__What needs to be done__. Below is a block of entries; repeat exactly the lines starting at the line that contains "#126=VERTEX_POINT('',#125);" and ending at the line that contains "#136=AXIS2_PLACEMENT_3D('',#127,#129,#128);", both included.

[Stored data entries]

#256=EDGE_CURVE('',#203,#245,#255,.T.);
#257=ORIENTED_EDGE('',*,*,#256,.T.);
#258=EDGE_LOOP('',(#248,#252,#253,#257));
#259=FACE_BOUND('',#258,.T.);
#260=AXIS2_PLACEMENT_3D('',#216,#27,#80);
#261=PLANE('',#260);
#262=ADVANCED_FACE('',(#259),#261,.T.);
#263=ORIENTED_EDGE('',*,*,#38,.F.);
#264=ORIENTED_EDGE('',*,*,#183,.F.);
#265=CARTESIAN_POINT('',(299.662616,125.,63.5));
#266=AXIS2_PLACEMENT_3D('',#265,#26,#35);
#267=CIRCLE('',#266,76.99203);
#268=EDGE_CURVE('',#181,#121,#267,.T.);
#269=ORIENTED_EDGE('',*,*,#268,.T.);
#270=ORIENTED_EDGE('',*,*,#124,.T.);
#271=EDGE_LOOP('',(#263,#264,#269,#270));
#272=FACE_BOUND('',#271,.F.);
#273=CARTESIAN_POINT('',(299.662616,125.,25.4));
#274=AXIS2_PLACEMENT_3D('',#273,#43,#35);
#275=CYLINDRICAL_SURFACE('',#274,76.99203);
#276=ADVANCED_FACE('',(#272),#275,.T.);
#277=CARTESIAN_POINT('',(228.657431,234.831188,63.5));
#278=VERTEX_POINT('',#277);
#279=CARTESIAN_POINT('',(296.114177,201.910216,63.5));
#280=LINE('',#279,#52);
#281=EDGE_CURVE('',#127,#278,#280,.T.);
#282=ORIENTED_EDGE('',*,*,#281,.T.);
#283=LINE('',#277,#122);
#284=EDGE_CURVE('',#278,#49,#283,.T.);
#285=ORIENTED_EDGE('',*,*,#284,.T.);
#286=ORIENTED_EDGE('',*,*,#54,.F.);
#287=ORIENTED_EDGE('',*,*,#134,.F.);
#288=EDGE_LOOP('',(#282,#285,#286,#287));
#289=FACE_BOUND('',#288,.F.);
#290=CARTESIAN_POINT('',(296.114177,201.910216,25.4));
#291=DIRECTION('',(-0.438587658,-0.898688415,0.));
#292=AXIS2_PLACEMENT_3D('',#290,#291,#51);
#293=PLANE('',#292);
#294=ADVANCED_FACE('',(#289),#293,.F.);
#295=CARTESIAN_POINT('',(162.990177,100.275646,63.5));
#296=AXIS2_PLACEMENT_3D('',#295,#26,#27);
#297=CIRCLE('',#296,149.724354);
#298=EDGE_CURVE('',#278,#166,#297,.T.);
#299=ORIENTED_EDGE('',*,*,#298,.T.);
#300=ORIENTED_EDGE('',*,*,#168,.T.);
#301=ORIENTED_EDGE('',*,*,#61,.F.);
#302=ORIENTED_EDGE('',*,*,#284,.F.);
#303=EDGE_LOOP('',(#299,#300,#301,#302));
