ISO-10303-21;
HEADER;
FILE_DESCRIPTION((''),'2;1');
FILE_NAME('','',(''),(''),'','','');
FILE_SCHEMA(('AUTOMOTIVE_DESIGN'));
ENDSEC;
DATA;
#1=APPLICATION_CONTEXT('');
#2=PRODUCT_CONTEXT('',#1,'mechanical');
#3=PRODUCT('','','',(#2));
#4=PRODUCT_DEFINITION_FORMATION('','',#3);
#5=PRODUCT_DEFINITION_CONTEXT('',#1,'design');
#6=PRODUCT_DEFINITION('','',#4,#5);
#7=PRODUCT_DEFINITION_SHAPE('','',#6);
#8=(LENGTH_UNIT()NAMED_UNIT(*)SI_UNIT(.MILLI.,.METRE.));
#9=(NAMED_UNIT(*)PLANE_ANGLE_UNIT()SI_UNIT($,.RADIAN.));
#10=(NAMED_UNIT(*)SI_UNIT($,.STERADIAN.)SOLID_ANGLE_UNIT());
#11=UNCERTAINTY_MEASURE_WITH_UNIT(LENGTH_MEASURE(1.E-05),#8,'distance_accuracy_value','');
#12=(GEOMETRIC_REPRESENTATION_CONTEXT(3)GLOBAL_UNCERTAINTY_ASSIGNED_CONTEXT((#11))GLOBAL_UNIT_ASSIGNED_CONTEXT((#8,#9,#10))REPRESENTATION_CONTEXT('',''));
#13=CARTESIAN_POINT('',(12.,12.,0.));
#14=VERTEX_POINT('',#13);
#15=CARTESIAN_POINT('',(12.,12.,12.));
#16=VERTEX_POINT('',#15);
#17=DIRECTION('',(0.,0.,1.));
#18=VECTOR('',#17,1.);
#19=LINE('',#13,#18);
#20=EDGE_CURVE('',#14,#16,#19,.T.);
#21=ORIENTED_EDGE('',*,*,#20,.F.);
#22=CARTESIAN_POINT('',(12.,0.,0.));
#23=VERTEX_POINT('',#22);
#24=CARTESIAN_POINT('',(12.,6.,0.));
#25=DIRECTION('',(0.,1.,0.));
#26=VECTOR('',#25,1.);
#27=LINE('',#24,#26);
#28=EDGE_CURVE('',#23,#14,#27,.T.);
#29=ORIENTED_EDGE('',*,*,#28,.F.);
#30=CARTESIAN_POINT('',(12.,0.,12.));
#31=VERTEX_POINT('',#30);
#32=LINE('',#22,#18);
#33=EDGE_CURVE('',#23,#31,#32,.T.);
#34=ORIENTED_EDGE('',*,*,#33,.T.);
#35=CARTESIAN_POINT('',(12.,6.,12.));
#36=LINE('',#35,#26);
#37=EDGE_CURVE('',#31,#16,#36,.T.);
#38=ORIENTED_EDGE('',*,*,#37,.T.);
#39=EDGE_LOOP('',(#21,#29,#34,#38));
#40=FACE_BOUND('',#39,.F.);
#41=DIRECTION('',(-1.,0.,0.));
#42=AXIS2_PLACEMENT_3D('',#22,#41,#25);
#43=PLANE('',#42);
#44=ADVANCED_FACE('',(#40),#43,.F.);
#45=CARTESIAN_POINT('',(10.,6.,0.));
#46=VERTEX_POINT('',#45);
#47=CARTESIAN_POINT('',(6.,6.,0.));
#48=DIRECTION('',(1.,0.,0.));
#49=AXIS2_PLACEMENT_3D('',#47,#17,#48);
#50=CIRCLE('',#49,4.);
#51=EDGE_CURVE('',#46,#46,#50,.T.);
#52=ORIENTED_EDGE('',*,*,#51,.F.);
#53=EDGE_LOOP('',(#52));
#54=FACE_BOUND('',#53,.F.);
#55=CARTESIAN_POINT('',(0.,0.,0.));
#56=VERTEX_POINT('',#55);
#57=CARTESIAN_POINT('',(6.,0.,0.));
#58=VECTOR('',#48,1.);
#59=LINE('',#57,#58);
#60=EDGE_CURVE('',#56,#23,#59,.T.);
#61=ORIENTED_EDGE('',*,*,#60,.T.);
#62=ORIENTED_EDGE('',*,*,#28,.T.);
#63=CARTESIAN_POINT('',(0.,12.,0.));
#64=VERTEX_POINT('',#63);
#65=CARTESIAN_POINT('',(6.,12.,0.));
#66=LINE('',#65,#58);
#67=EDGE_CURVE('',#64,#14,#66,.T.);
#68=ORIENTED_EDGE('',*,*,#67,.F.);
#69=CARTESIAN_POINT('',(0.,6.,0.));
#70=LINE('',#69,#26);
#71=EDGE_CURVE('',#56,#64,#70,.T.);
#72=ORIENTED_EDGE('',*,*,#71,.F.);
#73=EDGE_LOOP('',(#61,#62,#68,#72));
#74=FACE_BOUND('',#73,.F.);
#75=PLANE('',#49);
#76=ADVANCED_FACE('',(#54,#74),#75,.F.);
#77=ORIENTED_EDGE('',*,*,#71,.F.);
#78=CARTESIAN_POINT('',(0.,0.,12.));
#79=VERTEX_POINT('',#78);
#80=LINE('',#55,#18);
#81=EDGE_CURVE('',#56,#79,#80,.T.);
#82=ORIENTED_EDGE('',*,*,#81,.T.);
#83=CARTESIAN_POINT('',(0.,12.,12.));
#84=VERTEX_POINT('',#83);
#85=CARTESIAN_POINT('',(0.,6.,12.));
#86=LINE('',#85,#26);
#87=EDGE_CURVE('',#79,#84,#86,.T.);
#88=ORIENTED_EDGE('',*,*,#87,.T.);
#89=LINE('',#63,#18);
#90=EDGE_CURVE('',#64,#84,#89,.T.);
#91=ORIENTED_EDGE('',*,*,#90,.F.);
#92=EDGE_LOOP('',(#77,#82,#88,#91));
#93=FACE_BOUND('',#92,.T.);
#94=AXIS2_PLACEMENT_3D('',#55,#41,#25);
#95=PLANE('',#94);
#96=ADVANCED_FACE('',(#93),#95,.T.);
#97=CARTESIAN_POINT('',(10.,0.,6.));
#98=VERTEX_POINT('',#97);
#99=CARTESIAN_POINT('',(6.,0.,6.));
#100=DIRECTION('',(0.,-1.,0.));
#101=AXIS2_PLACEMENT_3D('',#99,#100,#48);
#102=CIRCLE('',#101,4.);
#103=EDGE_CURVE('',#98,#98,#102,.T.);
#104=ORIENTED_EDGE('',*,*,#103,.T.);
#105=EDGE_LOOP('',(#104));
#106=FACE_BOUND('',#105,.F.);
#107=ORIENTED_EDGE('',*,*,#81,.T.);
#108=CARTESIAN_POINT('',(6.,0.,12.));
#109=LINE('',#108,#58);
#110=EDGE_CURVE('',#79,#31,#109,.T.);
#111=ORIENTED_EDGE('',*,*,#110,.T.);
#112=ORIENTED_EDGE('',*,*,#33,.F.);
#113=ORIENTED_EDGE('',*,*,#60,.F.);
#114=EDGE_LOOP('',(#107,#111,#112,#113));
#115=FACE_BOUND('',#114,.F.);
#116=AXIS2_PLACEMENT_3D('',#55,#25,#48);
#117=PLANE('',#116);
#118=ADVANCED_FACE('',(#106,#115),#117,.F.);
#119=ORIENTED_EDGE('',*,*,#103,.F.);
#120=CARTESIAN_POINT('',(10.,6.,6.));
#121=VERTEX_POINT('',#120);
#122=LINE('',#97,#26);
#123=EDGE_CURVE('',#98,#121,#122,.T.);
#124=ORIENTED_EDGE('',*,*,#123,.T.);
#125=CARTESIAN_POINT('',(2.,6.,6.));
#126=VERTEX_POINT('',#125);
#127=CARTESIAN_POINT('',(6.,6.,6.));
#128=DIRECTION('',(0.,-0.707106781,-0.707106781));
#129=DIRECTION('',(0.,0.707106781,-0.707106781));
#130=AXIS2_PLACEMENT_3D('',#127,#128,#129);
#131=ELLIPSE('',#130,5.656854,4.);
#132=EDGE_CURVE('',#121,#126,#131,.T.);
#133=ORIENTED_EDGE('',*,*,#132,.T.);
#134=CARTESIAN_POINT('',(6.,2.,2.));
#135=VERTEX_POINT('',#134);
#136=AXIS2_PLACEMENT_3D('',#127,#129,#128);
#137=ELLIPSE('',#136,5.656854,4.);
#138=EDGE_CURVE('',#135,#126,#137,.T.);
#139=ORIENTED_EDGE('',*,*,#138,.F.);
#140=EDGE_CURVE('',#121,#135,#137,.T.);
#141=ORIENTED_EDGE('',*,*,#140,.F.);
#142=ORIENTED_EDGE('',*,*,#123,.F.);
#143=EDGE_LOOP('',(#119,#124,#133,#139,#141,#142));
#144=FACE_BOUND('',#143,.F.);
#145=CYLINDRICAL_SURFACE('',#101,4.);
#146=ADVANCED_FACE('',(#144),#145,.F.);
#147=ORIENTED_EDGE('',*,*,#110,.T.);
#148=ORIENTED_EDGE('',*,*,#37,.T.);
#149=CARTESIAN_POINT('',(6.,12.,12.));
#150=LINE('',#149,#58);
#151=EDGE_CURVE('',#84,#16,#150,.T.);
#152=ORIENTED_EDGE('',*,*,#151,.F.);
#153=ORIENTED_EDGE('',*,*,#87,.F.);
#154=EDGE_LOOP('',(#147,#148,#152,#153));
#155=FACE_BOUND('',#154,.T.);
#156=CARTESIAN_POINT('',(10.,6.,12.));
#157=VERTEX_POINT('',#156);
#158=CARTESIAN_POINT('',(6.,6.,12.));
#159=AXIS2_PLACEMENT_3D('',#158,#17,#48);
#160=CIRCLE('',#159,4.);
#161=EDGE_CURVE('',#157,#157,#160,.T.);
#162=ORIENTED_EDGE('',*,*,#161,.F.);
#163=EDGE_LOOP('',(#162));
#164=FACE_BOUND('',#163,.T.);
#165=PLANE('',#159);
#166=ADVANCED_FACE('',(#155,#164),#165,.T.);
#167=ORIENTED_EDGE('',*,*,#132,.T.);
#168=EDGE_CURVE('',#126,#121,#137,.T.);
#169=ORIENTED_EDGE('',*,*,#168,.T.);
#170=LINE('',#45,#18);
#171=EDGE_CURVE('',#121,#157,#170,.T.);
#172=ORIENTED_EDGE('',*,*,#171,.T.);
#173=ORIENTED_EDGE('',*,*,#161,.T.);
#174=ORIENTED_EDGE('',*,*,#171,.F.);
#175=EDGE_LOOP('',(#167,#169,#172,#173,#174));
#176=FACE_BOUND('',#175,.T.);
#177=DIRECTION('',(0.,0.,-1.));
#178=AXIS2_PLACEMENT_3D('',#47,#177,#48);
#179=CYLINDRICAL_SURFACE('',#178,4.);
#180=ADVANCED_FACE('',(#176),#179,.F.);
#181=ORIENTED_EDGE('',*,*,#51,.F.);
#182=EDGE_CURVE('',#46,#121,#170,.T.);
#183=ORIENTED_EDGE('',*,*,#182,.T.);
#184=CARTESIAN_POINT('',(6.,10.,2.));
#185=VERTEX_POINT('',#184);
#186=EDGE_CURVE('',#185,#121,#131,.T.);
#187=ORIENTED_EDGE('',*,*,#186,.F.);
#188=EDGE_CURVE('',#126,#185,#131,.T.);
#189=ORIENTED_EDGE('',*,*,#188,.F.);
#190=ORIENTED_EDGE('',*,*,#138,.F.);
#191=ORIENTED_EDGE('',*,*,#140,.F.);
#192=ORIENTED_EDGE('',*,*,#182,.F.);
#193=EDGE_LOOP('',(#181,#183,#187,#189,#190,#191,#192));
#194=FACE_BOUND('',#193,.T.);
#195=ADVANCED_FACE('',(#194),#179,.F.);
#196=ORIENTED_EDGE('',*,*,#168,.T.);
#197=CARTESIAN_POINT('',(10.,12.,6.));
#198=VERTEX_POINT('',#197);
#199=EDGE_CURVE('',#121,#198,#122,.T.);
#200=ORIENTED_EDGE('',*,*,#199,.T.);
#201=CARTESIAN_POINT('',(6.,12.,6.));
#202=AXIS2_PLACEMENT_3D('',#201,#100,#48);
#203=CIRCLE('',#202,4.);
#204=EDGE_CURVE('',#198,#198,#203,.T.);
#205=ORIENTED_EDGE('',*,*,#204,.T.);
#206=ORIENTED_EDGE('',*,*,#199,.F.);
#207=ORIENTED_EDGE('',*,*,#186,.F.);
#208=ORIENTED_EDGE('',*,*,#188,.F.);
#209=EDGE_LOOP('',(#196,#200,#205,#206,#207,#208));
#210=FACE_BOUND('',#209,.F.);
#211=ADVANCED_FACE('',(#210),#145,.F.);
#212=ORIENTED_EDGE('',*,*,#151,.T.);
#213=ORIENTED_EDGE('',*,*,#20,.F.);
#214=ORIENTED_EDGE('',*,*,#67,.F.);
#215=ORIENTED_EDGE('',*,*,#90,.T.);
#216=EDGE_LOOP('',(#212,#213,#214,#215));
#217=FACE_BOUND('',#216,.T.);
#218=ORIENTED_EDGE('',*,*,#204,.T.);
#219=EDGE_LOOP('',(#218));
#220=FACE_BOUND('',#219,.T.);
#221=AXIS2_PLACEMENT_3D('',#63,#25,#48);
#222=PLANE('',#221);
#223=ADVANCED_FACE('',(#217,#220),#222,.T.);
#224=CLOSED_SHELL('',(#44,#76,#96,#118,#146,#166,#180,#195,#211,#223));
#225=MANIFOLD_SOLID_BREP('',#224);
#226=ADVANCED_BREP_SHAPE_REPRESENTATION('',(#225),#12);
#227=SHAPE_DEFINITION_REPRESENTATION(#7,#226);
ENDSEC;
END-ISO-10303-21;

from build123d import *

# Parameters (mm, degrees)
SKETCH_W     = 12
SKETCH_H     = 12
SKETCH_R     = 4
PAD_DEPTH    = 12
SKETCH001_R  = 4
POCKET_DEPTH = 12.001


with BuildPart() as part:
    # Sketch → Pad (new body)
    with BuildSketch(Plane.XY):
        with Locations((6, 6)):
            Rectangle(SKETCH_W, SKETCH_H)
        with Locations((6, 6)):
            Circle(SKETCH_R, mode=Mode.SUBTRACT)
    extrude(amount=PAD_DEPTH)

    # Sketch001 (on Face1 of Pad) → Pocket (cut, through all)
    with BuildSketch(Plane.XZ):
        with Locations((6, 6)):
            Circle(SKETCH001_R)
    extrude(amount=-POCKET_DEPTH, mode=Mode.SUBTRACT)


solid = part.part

__Completed task__.
#126=VERTEX_POINT('',#125);
#127=CARTESIAN_POINT('',(6.,6.,6.));
#128=DIRECTION('',(0.,-0.707106781,-0.707106781));
#129=DIRECTION('',(0.,0.707106781,-0.707106781));
#130=AXIS2_PLACEMENT_3D('',#127,#128,#129);
#131=ELLIPSE('',#130,5.656854,4.);
#132=EDGE_CURVE('',#121,#126,#131,.T.);
#133=ORIENTED_EDGE('',*,*,#132,.T.);
#134=CARTESIAN_POINT('',(6.,2.,2.));
#135=VERTEX_POINT('',#134);
#136=AXIS2_PLACEMENT_3D('',#127,#129,#128);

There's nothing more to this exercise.